10.Clinicopathological and molecular genetic characteristics of adult IDH wild-type diffuse gliomas
Leiming WANG ; Wei WANG ; Li LIU ; Min GAO ; Yingying YAO ; Meng ZHANG ; Yanlei XIONG ; Yang SHAO ; Dehong LU ; Lianghong TENG
Chinese Journal of Pathology 2021;50(7):734-739
Objective:To analyze the clinicopathological and molecular features and prognostic implications of adult isocitrate dehydrogenase wild type (IDH-wt) diffuse gliomas.Methods:A total of 87 cases of adult IDH-wt diffuse gliomas from 2016 to 2020 in Xuanwu Hospital of Capital Medical University were retrospectively collected. The clinicopathological characteristics and prognosis were analyzed. Molecular characteristics were also analyzed using Sanger sequencing and next generation sequencing.Results:There were 53 males and 34 females, aged from 19 to 78 years (mean 53 years). Histopathologically, there were 63 (72.4%) glioblastomas, 16 (18.4%) anaplastic astrocytomas, six (6.9%) diffuse astrocytomas, and one (1.1%) each of anaplastic oligodendrocytoma, and anaplastic oligodendroglioma. Common molecular genetic changes in IDH-wt gliomas included TERT promoter mutation which was found in 60 cases (69.0%); MGMT promoter methylation in 43 cases (49.4%); EGFR mutation in 38 cases (43.7%); PTEN mutation in 35 cases (40.2%) and TP53 mutation in 32 cases (36.8%).

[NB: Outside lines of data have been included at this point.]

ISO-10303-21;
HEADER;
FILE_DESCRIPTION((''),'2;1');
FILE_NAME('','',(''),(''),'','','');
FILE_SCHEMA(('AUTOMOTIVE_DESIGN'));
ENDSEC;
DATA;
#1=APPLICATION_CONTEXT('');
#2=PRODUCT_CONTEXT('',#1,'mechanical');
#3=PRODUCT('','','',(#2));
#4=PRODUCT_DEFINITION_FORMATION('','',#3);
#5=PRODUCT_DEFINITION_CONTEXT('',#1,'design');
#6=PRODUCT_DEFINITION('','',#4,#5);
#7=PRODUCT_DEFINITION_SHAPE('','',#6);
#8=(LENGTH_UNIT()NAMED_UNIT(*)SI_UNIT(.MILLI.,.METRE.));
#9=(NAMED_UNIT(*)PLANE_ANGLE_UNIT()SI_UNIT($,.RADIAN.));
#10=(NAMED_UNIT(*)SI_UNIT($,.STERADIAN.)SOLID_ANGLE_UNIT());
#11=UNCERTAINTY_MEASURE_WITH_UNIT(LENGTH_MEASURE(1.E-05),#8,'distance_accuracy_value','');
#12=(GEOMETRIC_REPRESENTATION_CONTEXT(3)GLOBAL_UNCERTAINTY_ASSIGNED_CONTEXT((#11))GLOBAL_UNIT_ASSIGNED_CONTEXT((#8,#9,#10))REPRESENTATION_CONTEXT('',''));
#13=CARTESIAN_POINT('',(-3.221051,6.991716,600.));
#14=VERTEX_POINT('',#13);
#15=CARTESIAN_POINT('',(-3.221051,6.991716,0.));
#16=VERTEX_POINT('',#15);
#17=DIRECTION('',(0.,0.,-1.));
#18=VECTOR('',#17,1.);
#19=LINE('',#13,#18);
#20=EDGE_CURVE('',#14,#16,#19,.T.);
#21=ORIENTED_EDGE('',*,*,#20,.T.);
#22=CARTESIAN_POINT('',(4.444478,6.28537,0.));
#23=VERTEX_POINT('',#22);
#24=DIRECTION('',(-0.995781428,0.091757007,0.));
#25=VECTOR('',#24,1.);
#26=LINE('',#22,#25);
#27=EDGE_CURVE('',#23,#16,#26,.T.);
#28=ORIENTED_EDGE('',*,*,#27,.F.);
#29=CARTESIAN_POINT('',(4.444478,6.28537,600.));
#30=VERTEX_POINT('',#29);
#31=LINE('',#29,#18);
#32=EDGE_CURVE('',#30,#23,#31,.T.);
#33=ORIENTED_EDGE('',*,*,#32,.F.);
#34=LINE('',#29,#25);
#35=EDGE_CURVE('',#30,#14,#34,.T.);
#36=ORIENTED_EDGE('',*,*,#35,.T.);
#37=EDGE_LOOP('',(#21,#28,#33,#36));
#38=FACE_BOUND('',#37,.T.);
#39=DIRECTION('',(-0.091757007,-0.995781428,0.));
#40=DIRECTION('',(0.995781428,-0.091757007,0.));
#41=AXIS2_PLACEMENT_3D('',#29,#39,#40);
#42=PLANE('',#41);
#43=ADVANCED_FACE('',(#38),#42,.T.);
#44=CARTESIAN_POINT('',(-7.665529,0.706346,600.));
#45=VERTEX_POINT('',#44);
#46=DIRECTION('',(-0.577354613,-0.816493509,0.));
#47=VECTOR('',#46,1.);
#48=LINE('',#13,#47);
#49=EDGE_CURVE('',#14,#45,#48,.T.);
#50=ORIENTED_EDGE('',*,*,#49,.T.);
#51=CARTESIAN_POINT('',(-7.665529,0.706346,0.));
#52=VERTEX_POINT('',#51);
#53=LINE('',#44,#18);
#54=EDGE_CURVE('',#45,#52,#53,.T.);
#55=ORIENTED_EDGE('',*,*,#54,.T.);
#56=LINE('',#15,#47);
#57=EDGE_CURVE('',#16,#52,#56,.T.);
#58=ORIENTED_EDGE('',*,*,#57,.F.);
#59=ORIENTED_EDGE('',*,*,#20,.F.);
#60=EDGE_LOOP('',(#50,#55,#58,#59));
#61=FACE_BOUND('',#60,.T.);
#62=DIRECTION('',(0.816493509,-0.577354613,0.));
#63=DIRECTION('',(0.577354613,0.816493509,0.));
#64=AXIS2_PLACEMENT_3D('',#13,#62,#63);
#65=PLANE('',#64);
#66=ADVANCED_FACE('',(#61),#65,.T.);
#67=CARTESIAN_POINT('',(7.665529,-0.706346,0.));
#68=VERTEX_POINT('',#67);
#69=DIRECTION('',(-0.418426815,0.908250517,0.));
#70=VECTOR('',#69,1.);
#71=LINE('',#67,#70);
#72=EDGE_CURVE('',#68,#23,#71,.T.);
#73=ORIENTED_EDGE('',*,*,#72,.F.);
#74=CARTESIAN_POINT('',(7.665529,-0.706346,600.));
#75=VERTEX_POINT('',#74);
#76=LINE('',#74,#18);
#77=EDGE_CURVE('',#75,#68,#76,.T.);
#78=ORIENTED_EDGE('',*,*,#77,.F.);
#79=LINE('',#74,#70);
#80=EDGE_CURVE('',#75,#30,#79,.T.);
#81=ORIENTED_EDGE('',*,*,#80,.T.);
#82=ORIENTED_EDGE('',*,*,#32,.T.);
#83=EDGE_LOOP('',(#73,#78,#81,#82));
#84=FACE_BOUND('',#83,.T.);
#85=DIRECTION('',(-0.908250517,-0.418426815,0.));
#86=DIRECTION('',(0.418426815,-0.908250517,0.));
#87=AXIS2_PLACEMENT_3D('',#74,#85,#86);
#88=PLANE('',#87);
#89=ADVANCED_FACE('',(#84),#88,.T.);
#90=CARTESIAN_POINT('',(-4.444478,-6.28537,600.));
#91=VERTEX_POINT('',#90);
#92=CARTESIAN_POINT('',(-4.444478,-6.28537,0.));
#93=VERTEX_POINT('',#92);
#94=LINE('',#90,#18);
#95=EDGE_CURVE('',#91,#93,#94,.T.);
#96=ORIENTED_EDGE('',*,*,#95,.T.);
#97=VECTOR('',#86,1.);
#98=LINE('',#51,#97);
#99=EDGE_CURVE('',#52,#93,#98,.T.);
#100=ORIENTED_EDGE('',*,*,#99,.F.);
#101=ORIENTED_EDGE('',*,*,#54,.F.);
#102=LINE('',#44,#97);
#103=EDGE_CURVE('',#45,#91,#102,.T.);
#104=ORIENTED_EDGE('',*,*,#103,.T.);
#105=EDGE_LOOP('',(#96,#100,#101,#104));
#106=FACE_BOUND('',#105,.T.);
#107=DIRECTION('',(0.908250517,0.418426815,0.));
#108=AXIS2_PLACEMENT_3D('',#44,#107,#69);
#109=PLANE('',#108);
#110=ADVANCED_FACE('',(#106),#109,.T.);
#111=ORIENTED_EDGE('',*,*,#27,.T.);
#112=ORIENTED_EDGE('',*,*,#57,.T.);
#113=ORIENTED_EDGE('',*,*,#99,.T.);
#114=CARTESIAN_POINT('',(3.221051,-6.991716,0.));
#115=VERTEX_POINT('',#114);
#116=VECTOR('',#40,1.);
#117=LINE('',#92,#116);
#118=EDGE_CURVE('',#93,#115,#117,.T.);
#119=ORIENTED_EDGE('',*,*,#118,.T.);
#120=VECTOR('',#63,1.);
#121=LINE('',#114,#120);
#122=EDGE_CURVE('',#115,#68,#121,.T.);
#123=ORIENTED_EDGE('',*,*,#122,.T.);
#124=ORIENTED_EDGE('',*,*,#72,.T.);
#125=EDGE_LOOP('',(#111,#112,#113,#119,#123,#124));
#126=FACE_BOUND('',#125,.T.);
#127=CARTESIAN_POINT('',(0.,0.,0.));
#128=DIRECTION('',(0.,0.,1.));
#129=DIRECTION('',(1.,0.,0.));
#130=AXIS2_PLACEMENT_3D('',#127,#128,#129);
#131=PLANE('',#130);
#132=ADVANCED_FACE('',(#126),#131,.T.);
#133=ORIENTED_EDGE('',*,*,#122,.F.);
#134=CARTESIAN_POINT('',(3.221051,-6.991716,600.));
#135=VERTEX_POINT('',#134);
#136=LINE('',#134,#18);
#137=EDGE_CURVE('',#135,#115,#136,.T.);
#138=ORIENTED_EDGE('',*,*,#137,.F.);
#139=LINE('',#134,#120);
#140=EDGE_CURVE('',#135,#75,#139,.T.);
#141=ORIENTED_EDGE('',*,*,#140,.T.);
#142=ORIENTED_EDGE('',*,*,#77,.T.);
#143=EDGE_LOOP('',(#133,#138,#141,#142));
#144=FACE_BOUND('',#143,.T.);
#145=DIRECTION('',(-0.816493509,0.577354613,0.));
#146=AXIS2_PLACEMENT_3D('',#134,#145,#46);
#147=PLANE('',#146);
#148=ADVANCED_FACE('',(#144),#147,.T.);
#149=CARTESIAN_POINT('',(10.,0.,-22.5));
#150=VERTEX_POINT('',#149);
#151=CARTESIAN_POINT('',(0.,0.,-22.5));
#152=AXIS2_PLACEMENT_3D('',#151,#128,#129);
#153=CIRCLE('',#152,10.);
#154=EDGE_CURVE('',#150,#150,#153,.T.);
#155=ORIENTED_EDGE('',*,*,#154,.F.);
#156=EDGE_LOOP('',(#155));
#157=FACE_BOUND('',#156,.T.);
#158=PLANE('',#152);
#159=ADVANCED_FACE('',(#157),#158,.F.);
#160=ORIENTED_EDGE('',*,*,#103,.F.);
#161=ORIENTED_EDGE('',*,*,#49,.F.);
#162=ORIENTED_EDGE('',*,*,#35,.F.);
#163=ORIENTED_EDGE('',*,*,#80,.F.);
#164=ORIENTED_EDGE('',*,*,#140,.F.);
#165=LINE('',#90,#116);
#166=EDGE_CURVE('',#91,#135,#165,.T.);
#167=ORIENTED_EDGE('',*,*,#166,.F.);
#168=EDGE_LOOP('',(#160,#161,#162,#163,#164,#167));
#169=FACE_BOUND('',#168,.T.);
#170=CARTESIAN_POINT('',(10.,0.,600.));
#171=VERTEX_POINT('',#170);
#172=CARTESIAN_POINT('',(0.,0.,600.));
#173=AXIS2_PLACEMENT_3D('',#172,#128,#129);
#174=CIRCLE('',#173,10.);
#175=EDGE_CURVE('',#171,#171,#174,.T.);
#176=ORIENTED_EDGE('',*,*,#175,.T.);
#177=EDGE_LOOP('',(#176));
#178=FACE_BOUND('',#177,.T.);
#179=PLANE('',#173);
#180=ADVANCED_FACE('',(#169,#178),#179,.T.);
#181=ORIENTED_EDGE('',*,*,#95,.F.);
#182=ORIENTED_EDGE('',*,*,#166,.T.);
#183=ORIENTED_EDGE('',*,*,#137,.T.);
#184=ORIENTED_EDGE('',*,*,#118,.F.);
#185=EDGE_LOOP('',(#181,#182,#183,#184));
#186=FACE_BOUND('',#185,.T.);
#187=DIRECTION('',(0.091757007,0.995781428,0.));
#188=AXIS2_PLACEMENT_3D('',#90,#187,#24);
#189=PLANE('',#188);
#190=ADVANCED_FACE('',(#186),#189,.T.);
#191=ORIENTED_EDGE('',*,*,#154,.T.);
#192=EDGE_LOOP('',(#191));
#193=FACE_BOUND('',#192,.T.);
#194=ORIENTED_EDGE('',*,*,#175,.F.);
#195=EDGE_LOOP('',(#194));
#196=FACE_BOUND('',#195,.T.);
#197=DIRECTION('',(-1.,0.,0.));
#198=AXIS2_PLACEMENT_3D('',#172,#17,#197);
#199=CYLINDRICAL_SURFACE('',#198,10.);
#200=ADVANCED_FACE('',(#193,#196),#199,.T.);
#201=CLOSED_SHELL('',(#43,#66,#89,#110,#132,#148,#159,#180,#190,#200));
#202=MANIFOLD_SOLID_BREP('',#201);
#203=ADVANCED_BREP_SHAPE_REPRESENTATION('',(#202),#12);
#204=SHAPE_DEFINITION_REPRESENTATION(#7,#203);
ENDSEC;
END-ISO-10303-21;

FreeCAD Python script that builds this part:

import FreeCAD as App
import Part
import Sketcher

doc = App.newDocument("Part")
params = doc.addObject("Spreadsheet::Sheet", "Params")
for row, (alias, value) in enumerate([
    ("sketch1_diameter", "20 mm"),
    ("pad1_length", "600 mm"),
    ("sketch2_diameter", "20 mm"),
    ("pad2_length", "22.5 mm"),
], start=1):
    params.set(f"A{row}", alias)
    params.set(f"B{row}", "=" + value)
    params.setAlias(f"B{row}", alias)

body = doc.addObject("PartDesign::Body", "Body")

sketch1 = body.newObject("Sketcher::SketchObject", "Sketch")
sketch1.AttachmentSupport = (doc.getObject("XY_Plane"), [""])
sketch1.MapMode = "FlatFace"
sketch1.addGeometry([
    Part.Circle(App.Vector(0, 0, 0), App.Vector(0, 0, 1), 10),
    Part.LineSegment(App.Vector(4, 6, 0), App.Vector(8, -1, 0)),
    Part.LineSegment(App.Vector(8, -1, 0), App.Vector(3, -7, 0)),
    Part.LineSegment(App.Vector(3, -7, 0), App.Vector(-4, -6, 0)),
    Part.LineSegment(App.Vector(-4, -6, 0), App.Vector(-8, 1, 0)),
    Part.LineSegment(App.Vector(-8, 1, 0), App.Vector(-3, 7, 0)),
    Part.LineSegment(App.Vector(-3, 7, 0), App.Vector(4, 6, 0)),
], False)
sketch1.addConstraint([
    Sketcher.Constraint("Coincident", 1, 2, 2, 1),
    Sketcher.Constraint("Coincident", 2, 2, 3, 1),
    Sketcher.Constraint("Coincident", 3, 2, 4, 1),
    Sketcher.Constraint("Coincident", 4, 2, 5, 1),
    Sketcher.Constraint("Coincident", 5, 2, 6, 1),
    Sketcher.Constraint("Coincident", 6, 2, 1, 1),
    Sketcher.Constraint("Coincident", 0, 3, -1, 1),
    Sketcher.Constraint("Symmetric", 1, 2, 4, 2, -1, 1),
    Sketcher.Constraint("Symmetric", 2, 2, 5, 2, -1, 1),
    Sketcher.Constraint("Symmetric", 3, 2, 6, 2, -1, 1),
    Sketcher.Constraint("Equal", 1, 2),
    Sketcher.Constraint("Equal", 2, 3),
    Sketcher.Constraint("Diameter", 0, 20.0),
    Sketcher.Constraint("DistanceX", -1, 1, 1, 2, 7.665529),
    Sketcher.Constraint("DistanceX", -1, 1, 2, 2, 3.221051),
    Sketcher.Constraint("DistanceY", 3, 2, -1, 1, 6.28537),
    Sketcher.Constraint("DistanceY", 2, 2, 1, 2, 6.28537),
])
sketch1.setExpression("Constraints[12]", "Params.sketch1_diameter")
pad1 = body.newObject("PartDesign::Pad", "Pad")
pad1.Profile = sketch1
pad1.setExpression("Length", "Params.pad1_length")

sketch2 = body.newObject("Sketcher::SketchObject", "Sketch001")
sketch2.AttachmentSupport = (doc.getObject("XY_Plane"), [""])
sketch2.MapMode = "FlatFace"
sketch2.addGeometry(Part.Circle(App.Vector(0, 0, 0), App.Vector(0, 0, 1), 10), False)
sketch2.addConstraint([
    Sketcher.Constraint("Coincident", 0, 3, -1, 1),
    Sketcher.Constraint("Diameter", 0, 20.0),
])
sketch2.setExpression("Constraints[1]", "Params.sketch2_diameter")
pad2 = body.newObject("PartDesign::Pad", "Pad001")
pad2.Profile = sketch2
pad2.setExpression("Length", "Params.pad2_length")
pad2.Reversed = True

doc.recompute()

In addition, PDGFRA mutation was detected in 17 cases (19.5%), CDK4 amplification in 15 cases (17.2%) and MDM2 amplification in 11 cases (12.6%). In IDH-wt diffuse gliomas, there was no significant difference in the overall survival between TERT promoter, EGFR, PTEN, TP53, PDGFRA, CDK4, MDM2 mutations and the wild-type, since these gene mutations could co-occur in any case ( P>0.05). Also there was no significant difference in the overall survival between the WHO grade Ⅱ/Ⅲ gliomas and glioblastoma patients with these gene mutations ( P>0.05). Conclusions:TERT promoter, EGFR, PTEN, TP53, PDGFRA, CDK4 and MDM2 gene mutations are common molecular genetic changes in adult IDH-wt gliomas, and are associated with poor prognosis. It is suggested that these genes are potentially useful for predicting the prognosis and should be tested in adult IDH-wt gliomas.